• **DATA EXCERPTS**
- - - -

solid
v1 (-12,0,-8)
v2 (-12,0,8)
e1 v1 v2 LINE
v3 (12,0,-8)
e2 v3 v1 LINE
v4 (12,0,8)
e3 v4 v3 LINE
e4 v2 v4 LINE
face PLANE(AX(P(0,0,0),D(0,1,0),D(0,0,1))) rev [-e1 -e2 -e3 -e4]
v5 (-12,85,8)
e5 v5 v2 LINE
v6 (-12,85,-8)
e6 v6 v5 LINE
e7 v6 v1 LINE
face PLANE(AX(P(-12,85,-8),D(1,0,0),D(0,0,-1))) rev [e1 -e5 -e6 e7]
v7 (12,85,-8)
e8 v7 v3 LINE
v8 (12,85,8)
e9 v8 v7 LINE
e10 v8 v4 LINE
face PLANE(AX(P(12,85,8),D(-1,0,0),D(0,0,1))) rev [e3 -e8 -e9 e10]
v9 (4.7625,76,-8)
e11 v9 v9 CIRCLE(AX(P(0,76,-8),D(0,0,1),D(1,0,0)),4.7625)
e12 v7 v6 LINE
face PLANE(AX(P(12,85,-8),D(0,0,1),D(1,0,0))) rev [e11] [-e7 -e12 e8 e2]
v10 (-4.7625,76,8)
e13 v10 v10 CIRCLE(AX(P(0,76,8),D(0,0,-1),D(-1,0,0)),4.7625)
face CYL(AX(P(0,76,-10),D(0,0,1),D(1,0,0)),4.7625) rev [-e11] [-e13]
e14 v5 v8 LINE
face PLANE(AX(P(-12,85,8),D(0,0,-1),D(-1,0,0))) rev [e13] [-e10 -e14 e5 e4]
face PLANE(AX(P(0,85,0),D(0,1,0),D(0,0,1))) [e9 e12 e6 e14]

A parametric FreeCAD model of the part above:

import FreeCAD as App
import Part
import Sketcher

V = App.Vector
Q = App.Units.Quantity


def add_polygon(sketch, points):
    """Adds a closed chain of lines whose ends are joined by coincident constraints."""
    first, n = sketch.GeometryCount, len(points)
    for a, b in zip(points, points[1:] + points[:1]):
        sketch.addGeometry(Part.LineSegment(App.Vector(*a, 0), App.Vector(*b, 0)), False)
    for i in range(n):
        sketch.addConstraint(Sketcher.Constraint("Coincident", first + i, 2, first + (i + 1) % n, 1))

doc = App.newDocument("Part")
body = doc.addObject("PartDesign::Body", "Body")

# Sketch on XZ plane
sketch1 = body.newObject("Sketcher::SketchObject", "Sketch")
sketch1.AttachmentSupport = (doc.getObject("XZ_Plane"), [""])
sketch1.MapMode = "FlatFace"
add_polygon(sketch1, [(-12, -8), (-12, 8), (12, 8), (12, -8)])  # lines 0-3
sketch1.addConstraint([
    Sketcher.Constraint("Vertical", 0),
    Sketcher.Constraint("Horizontal", 1),
    Sketcher.Constraint("Vertical", 2),
    Sketcher.Constraint("Horizontal", 3),
    Sketcher.Constraint("Symmetric", 0, 2, 2, 2, -1, 1),
    Sketcher.Constraint("DistanceX", 1, 1, 1, 2, Q("24 mm")),
    Sketcher.Constraint("DistanceY", 0, 1, 0, 2, Q("16 mm")),
])
pad1 = body.newObject("PartDesign::Pad", "Pad")
pad1.Profile = sketch1
pad1.Length = 85
pad1.Reversed = True

# Sketch on XY plane
sketch2 = body.newObject("Sketcher::SketchObject", "Sketch001")
sketch2.AttachmentSupport = (doc.getObject("XY_Plane"), [""])
sketch2.MapMode = "FlatFace"
sketch2.addGeometry(Part.Circle(V(0, 76, 0), V(0, 0, 1), 4.7625), False)
sketch2.addConstraint([
    Sketcher.Constraint("PointOnObject", 0, 3, -2),
    Sketcher.Constraint("Diameter", 0, Q("9.525 mm")),
    Sketcher.Constraint("DistanceY", -1, 1, 0, 3, Q("76 mm")),
])
pocket1 = body.newObject("PartDesign::Pocket", "Pocket")
pocket1.Profile = sketch2
pocket1.Length = 20
pocket1.Midplane = True

doc.recompute()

- - - -

• **WHAT NEEDS TO BE DONE**
Output must consist only of the listing's lines from the first through the line with "e10 v8 v4 LINE", reproduced word for word.

• **SOLUTION**
solid
v1 (-12,0,-8)
v2 (-12,0,8)
e1 v1 v2 LINE
v3 (12,0,-8)
e2 v3 v1 LINE
v4 (12,0,8)
e3 v4 v3 LINE
e4 v2 v4 LINE
face PLANE(AX(P(0,0,0),D(0,1,0),D(0,0,1))) rev [-e1 -e2 -e3 -e4]
v5 (-12,85,8)
e5 v5 v2 LINE
v6 (-12,85,-8)
e6 v6 v5 LINE
e7 v6 v1 LINE
face PLANE(AX(P(-12,85,-8),D(1,0,0),D(0,0,-1))) rev [e1 -e5 -e6 e7]
v7 (12,85,-8)
e8 v7 v3 LINE
v8 (12,85,8)
e9 v8 v7 LINE
e10 v8 v4 LINE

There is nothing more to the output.